Collected data:
-----

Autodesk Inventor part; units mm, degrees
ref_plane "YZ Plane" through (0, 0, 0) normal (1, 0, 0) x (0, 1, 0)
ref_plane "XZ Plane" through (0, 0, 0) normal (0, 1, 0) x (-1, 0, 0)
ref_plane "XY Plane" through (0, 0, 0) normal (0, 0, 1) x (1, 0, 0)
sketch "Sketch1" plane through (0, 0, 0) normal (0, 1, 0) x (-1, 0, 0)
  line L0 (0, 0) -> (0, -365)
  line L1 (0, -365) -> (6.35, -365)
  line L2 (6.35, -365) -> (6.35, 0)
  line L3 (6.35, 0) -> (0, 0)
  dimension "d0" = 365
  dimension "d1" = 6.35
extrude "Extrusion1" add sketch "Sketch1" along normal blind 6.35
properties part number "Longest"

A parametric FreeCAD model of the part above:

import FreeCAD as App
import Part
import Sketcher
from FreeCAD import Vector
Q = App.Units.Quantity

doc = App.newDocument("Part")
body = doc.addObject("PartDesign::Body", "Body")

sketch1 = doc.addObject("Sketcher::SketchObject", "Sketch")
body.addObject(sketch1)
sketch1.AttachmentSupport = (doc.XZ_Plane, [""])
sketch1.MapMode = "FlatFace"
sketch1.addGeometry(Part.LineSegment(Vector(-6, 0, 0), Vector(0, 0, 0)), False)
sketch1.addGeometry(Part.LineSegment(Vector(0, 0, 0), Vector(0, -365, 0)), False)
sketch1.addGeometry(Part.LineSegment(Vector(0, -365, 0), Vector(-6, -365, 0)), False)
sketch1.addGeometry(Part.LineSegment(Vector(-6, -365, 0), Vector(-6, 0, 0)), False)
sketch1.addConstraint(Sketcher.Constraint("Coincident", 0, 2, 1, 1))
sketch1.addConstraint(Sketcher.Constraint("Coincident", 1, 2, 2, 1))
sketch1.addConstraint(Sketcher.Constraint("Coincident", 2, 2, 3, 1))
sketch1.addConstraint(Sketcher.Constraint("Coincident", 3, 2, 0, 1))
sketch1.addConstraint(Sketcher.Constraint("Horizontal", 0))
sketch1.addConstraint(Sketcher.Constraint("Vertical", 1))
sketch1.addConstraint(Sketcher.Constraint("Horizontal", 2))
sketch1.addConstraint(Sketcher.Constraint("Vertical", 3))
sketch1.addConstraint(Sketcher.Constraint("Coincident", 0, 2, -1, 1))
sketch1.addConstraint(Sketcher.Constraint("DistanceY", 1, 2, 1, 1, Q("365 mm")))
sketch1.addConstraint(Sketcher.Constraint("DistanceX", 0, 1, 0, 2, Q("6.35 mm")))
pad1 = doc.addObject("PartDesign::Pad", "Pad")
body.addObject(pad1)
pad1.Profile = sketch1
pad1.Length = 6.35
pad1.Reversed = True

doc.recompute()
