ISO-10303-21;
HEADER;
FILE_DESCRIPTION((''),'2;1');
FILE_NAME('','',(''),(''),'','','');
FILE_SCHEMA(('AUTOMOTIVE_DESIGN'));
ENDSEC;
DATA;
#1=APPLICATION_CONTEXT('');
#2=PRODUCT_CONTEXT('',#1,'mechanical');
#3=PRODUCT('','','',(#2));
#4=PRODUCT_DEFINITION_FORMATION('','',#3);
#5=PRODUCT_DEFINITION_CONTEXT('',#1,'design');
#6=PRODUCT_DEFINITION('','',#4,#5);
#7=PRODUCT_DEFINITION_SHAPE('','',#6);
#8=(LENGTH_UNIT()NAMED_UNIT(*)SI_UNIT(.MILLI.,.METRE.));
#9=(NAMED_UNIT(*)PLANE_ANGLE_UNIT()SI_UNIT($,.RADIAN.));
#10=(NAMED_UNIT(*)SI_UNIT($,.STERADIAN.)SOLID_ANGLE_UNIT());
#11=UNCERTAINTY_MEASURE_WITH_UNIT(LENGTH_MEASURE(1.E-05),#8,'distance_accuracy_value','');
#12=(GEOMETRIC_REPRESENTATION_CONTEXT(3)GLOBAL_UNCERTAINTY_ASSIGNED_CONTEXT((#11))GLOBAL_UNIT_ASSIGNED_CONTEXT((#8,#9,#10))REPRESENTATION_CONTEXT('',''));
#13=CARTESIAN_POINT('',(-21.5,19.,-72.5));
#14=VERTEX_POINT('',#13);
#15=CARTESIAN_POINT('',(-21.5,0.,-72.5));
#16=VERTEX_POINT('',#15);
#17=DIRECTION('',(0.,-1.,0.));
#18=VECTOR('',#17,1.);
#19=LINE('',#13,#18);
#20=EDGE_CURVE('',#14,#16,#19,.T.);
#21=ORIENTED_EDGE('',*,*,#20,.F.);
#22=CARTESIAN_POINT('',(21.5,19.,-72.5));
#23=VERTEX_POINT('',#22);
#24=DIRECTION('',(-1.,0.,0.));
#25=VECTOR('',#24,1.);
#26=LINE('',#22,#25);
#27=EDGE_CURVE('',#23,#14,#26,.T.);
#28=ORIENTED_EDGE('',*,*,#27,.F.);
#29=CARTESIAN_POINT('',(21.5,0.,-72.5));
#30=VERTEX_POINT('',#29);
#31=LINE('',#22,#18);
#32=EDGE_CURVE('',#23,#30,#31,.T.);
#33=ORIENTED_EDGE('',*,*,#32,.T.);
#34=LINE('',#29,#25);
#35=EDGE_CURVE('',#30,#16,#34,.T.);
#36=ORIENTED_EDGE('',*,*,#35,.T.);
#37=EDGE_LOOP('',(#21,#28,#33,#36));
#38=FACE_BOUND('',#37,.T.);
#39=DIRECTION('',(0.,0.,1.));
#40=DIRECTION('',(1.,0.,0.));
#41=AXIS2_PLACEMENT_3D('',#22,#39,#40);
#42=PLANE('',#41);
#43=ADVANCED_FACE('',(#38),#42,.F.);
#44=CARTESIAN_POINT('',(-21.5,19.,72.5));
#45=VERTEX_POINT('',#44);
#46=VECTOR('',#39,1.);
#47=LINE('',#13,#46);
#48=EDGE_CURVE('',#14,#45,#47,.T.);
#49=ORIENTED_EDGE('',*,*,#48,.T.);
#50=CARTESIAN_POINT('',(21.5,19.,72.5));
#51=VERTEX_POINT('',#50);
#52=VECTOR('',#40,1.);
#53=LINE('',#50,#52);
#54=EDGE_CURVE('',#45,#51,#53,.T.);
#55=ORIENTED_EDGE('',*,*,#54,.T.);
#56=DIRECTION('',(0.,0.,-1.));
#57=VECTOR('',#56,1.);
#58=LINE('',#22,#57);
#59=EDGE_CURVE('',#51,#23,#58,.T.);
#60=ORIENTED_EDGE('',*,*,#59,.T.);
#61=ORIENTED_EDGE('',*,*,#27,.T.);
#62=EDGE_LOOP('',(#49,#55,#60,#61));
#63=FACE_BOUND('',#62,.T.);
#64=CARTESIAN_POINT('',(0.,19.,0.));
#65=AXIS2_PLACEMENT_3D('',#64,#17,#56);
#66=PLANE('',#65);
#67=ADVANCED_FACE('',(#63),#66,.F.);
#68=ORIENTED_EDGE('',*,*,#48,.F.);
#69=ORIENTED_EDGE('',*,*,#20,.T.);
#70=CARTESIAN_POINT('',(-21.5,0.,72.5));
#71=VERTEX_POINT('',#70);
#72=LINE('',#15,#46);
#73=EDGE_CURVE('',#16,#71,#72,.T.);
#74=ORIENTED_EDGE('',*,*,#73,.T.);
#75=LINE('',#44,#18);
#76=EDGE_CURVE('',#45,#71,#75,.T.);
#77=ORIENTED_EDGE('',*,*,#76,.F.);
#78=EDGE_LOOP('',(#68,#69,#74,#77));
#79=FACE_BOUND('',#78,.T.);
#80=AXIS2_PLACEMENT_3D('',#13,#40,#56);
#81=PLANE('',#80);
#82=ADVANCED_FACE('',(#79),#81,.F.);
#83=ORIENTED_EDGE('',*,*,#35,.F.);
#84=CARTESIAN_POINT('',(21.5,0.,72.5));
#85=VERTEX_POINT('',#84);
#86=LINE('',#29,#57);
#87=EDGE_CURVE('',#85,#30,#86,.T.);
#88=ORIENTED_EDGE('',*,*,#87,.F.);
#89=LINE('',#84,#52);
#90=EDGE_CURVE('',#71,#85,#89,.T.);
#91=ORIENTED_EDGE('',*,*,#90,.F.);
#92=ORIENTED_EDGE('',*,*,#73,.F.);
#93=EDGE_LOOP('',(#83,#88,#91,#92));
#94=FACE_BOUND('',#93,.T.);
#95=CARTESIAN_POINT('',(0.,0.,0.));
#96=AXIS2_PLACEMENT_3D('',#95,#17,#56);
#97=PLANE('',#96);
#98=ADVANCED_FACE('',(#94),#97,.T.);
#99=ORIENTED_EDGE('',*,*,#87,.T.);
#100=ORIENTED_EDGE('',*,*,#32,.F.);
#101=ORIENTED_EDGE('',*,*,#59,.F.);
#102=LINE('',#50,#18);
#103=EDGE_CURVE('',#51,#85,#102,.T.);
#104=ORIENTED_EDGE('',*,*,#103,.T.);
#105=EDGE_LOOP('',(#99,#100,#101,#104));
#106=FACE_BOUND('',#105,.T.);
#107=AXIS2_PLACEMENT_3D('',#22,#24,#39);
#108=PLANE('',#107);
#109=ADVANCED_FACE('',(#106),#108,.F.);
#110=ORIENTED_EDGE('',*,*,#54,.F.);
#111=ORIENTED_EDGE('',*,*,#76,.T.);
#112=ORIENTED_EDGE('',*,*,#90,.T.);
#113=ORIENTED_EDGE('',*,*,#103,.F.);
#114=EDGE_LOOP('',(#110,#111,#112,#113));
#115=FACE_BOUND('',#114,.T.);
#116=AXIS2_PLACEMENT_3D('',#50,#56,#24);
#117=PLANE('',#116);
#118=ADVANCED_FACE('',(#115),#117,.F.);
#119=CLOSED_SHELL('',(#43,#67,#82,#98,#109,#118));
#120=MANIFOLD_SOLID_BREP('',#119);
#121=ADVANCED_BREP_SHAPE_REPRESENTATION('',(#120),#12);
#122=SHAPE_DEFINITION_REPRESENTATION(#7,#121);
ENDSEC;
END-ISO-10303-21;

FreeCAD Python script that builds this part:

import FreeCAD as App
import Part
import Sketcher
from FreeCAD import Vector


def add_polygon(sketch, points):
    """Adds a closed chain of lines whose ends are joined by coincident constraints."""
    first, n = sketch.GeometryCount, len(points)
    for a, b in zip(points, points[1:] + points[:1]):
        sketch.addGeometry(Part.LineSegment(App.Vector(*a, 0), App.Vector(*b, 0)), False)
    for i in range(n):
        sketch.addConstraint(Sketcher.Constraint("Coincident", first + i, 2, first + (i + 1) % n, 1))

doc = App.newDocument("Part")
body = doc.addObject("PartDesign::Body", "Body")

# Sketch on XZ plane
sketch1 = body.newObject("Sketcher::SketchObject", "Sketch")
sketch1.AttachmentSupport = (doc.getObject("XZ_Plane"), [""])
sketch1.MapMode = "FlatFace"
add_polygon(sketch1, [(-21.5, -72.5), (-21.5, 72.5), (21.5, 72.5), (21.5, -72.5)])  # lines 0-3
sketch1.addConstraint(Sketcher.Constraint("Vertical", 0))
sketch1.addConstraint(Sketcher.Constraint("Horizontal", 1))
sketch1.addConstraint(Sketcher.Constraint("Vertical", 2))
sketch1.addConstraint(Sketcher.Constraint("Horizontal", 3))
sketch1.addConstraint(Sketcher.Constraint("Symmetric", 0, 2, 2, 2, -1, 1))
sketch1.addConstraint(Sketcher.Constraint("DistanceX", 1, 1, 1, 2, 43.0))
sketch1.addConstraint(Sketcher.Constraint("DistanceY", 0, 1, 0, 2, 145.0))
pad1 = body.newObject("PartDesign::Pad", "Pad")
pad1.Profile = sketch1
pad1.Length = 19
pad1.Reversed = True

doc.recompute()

-----

WORK TASK
Reproduce only the lines above, starting at the line with "#54=EDGE_CURVE('',#45,#51,#53,.T.);" and ending at the line with "#86=LINE('',#29,#57);", exactly as written.

PROBLEM SOLUTION
#54=EDGE_CURVE('',#45,#51,#53,.T.);
#55=ORIENTED_EDGE('',*,*,#54,.T.);
#56=DIRECTION('',(0.,0.,-1.));
#57=VECTOR('',#56,1.);
#58=LINE('',#22,#57);
#59=EDGE_CURVE('',#51,#23,#58,.T.);
#60=ORIENTED_EDGE('',*,*,#59,.T.);
#61=ORIENTED_EDGE('',*,*,#27,.T.);
#62=EDGE_LOOP('',(#49,#55,#60,#61));
#63=FACE_BOUND('',#62,.T.);
#64=CARTESIAN_POINT('',(0.,19.,0.));
#65=AXIS2_PLACEMENT_3D('',#64,#17,#56);
#66=PLANE('',#65);
#67=ADVANCED_FACE('',(#63),#66,.F.);
#68=ORIENTED_EDGE('',*,*,#48,.F.);
#69=ORIENTED_EDGE('',*,*,#20,.T.);
#70=CARTESIAN_POINT('',(-21.5,0.,72.5));
#71=VERTEX_POINT('',#70);
#72=LINE('',#15,#46);
#73=EDGE_CURVE('',#16,#71,#72,.T.);
#74=ORIENTED_EDGE('',*,*,#73,.T.);
#75=LINE('',#44,#18);
#76=EDGE_CURVE('',#45,#71,#75,.T.);
#77=ORIENTED_EDGE('',*,*,#76,.F.);
#78=EDGE_LOOP('',(#68,#69,#74,#77));
#79=FACE_BOUND('',#78,.T.);
#80=AXIS2_PLACEMENT_3D('',#13,#40,#56);
#81=PLANE('',#80);
#82=ADVANCED_FACE('',(#79),#81,.F.);
#83=ORIENTED_EDGE('',*,*,#35,.F.);
#84=CARTESIAN_POINT('',(21.5,0.,72.5));
#85=VERTEX_POINT('',#84);
#86=LINE('',#29,#57);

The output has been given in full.